Prawosławie nie jest systemem wierzeń, nie jest zbiorem doktryn, nie jest filozoficznym podejściem do rzeczywistości. Jest przede wszystkim życiem, a jako życie musi być przeżywane. Tak więc sam korzeń prawosławnego chrześcijaństwa jako życia musi zostać przemieniony ze starego w nowe, w nowość życia w Chrystusie, którą tak mocno widzimy u św. Pawła.
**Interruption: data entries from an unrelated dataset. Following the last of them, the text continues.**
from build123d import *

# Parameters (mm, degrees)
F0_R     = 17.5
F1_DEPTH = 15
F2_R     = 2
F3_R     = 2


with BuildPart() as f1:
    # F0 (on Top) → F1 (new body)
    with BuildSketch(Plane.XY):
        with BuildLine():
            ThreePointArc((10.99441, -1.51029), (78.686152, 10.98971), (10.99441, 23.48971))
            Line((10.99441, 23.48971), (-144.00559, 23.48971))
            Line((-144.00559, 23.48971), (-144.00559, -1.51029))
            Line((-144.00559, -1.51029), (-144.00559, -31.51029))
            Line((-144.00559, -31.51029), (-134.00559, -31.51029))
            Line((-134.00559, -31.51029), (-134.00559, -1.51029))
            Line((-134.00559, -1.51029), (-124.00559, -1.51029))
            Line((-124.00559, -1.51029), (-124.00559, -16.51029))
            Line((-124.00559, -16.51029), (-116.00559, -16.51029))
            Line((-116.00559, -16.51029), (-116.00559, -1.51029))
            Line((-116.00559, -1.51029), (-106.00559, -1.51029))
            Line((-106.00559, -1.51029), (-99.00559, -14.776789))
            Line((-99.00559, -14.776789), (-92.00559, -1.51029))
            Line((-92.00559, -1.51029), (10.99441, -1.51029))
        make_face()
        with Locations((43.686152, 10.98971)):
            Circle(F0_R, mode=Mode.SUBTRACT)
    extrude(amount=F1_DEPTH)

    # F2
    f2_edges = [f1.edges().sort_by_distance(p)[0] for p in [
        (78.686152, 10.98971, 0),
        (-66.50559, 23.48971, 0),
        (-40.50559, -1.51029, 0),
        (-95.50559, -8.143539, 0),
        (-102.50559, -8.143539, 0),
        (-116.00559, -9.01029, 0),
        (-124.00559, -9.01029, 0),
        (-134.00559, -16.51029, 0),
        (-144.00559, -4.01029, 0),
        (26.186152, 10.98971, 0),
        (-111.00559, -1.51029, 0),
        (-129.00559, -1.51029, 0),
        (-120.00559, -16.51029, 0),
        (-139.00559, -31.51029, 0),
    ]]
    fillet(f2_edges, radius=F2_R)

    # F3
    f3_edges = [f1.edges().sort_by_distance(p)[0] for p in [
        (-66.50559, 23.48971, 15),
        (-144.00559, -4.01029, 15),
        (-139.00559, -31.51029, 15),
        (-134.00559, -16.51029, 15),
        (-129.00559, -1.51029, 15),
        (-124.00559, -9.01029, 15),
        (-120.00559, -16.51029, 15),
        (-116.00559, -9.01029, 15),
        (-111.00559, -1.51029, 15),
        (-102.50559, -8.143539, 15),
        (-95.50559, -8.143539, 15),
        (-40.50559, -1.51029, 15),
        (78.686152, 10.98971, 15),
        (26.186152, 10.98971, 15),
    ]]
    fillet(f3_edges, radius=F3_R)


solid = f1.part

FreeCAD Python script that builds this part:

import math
import FreeCAD as App
import Part
import Sketcher
from FreeCAD import Vector


def edges_at(feature, points):
    """Names of the edges that pass closest to the given points."""
    edges = feature.Shape.Edges
    near = lambda p: min(range(len(edges)), key=lambda i: edges[i].distToShape(Part.Vertex(*p))[0])
    return sorted({f"Edge{near(p) + 1}" for p in points})

doc = App.newDocument("Part")
params = doc.addObject("Spreadsheet::Sheet", "Params")
for row, (alias, value) in enumerate([
    ("sketch1_diameter", "35 mm"),
    ("sketch1_radius", "35 mm"),
    ("sketch1_width", "155 mm"),
    ("sketch1_width2", "10 mm"),
    ("sketch1_width3", "8 mm"),
    ("pad1_length", "15 mm"),
    ("fillet_radius", "2 mm"),
    ("fillet2_radius", "2 mm"),
], start=1):
    params.set(f"A{row}", alias)
    params.set(f"B{row}", "=" + value)
    params.setAlias(f"B{row}", alias)

body = doc.addObject("PartDesign::Body", "Body")

sketch1 = body.newObject("Sketcher::SketchObject", "Sketch")
sketch1.AttachmentSupport = (doc.getObject("XY_Plane"), [""])
sketch1.MapMode = "FlatFace"
sketch1.addGeometry(Part.ArcOfCircle(Part.Circle(Vector(43.686152, 10.98971, 0), Vector(0, 0, 1), 35), math.radians(-159.075168), math.radians(159.075168)), False)
sketch1.addGeometry(Part.LineSegment(Vector(10.99441, 23.48971, 0), Vector(-144.00559, 23.48971, 0)), False)
sketch1.addGeometry(Part.LineSegment(Vector(-144.00559, 23.48971, 0), Vector(-144.00559, -31.51029, 0)), False)
sketch1.addGeometry(Part.LineSegment(Vector(-144.00559, -31.51029, 0), Vector(-134.00559, -31.51029, 0)), False)
sketch1.addGeometry(Part.LineSegment(Vector(-134.00559, -31.51029, 0), Vector(-134.00559, -1.51029, 0)), False)
sketch1.addGeometry(Part.LineSegment(Vector(-134.00559, -1.51029, 0), Vector(-124.00559, -1.51029, 0)), False)
sketch1.addGeometry(Part.LineSegment(Vector(-124.00559, -1.51029, 0), Vector(-124.00559, -16.51029, 0)), False)
sketch1.addGeometry(Part.LineSegment(Vector(-124.00559, -16.51029, 0), Vector(-116.00559, -16.51029, 0)), False)
sketch1.addGeometry(Part.LineSegment(Vector(-116.00559, -16.51029, 0), Vector(-116.00559, -1.51029, 0)), False)
sketch1.addGeometry(Part.LineSegment(Vector(-116.00559, -1.51029, 0), Vector(-106.00559, -1.51029, 0)), False)
sketch1.addGeometry(Part.LineSegment(Vector(-106.00559, -1.51029, 0), Vector(-99.00559, -14.776789, 0)), False)
sketch1.addGeometry(Part.LineSegment(Vector(-99.00559, -14.776789, 0), Vector(-92.00559, -1.51029, 0)), False)
sketch1.addGeometry(Part.LineSegment(Vector(-92.00559, -1.51029, 0), Vector(10.99441, -1.51029, 0)), False)
sketch1.addGeometry(Part.Circle(Vector(43.686152, 10.98971, 0), Vector(0, 0, 1), 17.5), False)
sketch1.addConstraint(Sketcher.Constraint("Coincident", 0, 2, 1, 1))
sketch1.addConstraint(Sketcher.Constraint("Coincident", 1, 2, 2, 1))
sketch1.addConstraint(Sketcher.Constraint("Coincident", 2, 2, 3, 1))
sketch1.addConstraint(Sketcher.Constraint("Coincident", 3, 2, 4, 1))
sketch1.addConstraint(Sketcher.Constraint("Coincident", 4, 2, 5, 1))
sketch1.addConstraint(Sketcher.Constraint("Coincident", 5, 2, 6, 1))
sketch1.addConstraint(Sketcher.Constraint("Coincident", 6, 2, 7, 1))
sketch1.addConstraint(Sketcher.Constraint("Coincident", 7, 2, 8, 1))
sketch1.addConstraint(Sketcher.Constraint("Coincident", 8, 2, 9, 1))
sketch1.addConstraint(Sketcher.Constraint("Coincident", 9, 2, 10, 1))
sketch1.addConstraint(Sketcher.Constraint("Coincident", 10, 2, 11, 1))
sketch1.addConstraint(Sketcher.Constraint("Coincident", 11, 2, 12, 1))
sketch1.addConstraint(Sketcher.Constraint("Coincident", 12, 2, 0, 1))
sketch1.addConstraint(Sketcher.Constraint("Horizontal", 1))
sketch1.addConstraint(Sketcher.Constraint("Vertical", 2))
sketch1.addConstraint(Sketcher.Constraint("Horizontal", 3))
sketch1.addConstraint(Sketcher.Constraint("Vertical", 4))
sketch1.addConstraint(Sketcher.Constraint("Horizontal", 5))
sketch1.addConstraint(Sketcher.Constraint("Vertical", 6))
sketch1.addConstraint(Sketcher.Constraint("Horizontal", 7))
sketch1.addConstraint(Sketcher.Constraint("Vertical", 8))
sketch1.addConstraint(Sketcher.Constraint("Horizontal", 9))
sketch1.addConstraint(Sketcher.Constraint("Horizontal", 12))
sketch1.addConstraint(Sketcher.Constraint("Coincident", 13, 3, 0, 3))
sketch1.addConstraint(Sketcher.Constraint("Horizontal", 5, 2, 8, 2))
sketch1.addConstraint(Sketcher.Constraint("Horizontal", 9, 2, 11, 2))
sketch1.addConstraint(Sketcher.Constraint("Vertical", 0, 2, 12, 2))
sketch1.addConstraint(Sketcher.Constraint("Equal", 3, 5))
sketch1.addConstraint(Sketcher.Constraint("Equal", 5, 9))
sketch1.addConstraint(Sketcher.Constraint("Equal", 10, 11))
sketch1.addConstraint(Sketcher.Constraint("Diameter", 13, 35.0))
sketch1.addConstraint(Sketcher.Constraint("Radius", 0, 35.0))
sketch1.addConstraint(Sketcher.Constraint("DistanceX", 1, 2, 1, 1, 155.0))
sketch1.addConstraint(Sketcher.Constraint("DistanceX", 3, 1, 3, 2, 10.0))
sketch1.addConstraint(Sketcher.Constraint("DistanceX", 7, 1, 7, 2, 8.0))
sketch1.addConstraint(Sketcher.Constraint("DistanceX", 12, 1, 12, 2, 103.0))
sketch1.addConstraint(Sketcher.Constraint("DistanceY", 2, 2, 2, 1, 55.0))
sketch1.addConstraint(Sketcher.Constraint("DistanceY", 4, 1, 4, 2, 30.0))
sketch1.addConstraint(Sketcher.Constraint("DistanceY", 6, 2, 6, 1, 15.0))
sketch1.addConstraint(Sketcher.Constraint("Distance", 10, 15.0))
sketch1.addConstraint(Sketcher.Constraint("DistanceY", -1, 1, 0, 3, 10.98971))
sketch1.addConstraint(Sketcher.Constraint("DistanceX", -1, 1, 0, 2, 10.99441))
sketch1.setExpression("Constraints[30]", "Params.sketch1_diameter")
sketch1.setExpression("Constraints[31]", "Params.sketch1_radius")
sketch1.setExpression("Constraints[32]", "Params.sketch1_width")
sketch1.setExpression("Constraints[33]", "Params.sketch1_width2")
sketch1.setExpression("Constraints[34]", "Params.sketch1_width3")
pad1 = body.newObject("PartDesign::Pad", "Pad")
pad1.Profile = sketch1
pad1.setExpression("Length", "Params.pad1_length")
doc.recompute()

fillet = body.newObject("PartDesign::Fillet", "Fillet")
fillet.Base = (pad1, edges_at(pad1, [
    (78.686, 10.99, 0),
    (-66.506, 23.49, 0),
    (-40.506, -1.51, 0),
    (-95.506, -8.144, 0),
    (-102.506, -8.144, 0),
    (-116.006, -9.01, 0),
    (-124.006, -9.01, 0),
    (-134.006, -16.51, 0),
    (-144.006, -4.01, 0),
    (26.186, 10.99, 0),
    (-111.006, -1.51, 0),
    (-129.006, -1.51, 0),
    (-120.006, -16.51, 0),
    (-139.006, -31.51, 0),
]))
fillet.setExpression("Radius", "Params.fillet_radius")
doc.recompute()

fillet2 = body.newObject("PartDesign::Fillet", "Fillet001")
fillet2.Base = (fillet, edges_at(fillet, [
    (-66.506, 23.49, 15),
    (-144.006, -4.01, 15),
    (-139.006, -31.51, 15),
    (-134.006, -16.51, 15),
    (-129.006, -1.51, 15),
    (-124.006, -9.01, 15),
    (-120.006, -16.51, 15),
    (-116.006, -9.01, 15),
    (-111.006, -1.51, 15),
    (-102.506, -8.144, 15),
    (-95.506, -8.144, 15),
    (-40.506, -1.51, 15),
    (78.686, 10.99, 15),
    (26.186, 10.99, 15),
]))
fillet2.setExpression("Radius", "Params.fillet2_radius")

doc.recompute()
Prawdziwe nawrócenie, zrodzone z żywego doświadczenia Boga, rodzi nowego człowieka. Paweł, wcześniej prześladowca "drogi", odchodzi z drogi do Damaszku odrodzony jako wielki apostoł Pana.
Duchowość prawosławna uznaje to za niezbędny składnik prawdziwego życia duchowego.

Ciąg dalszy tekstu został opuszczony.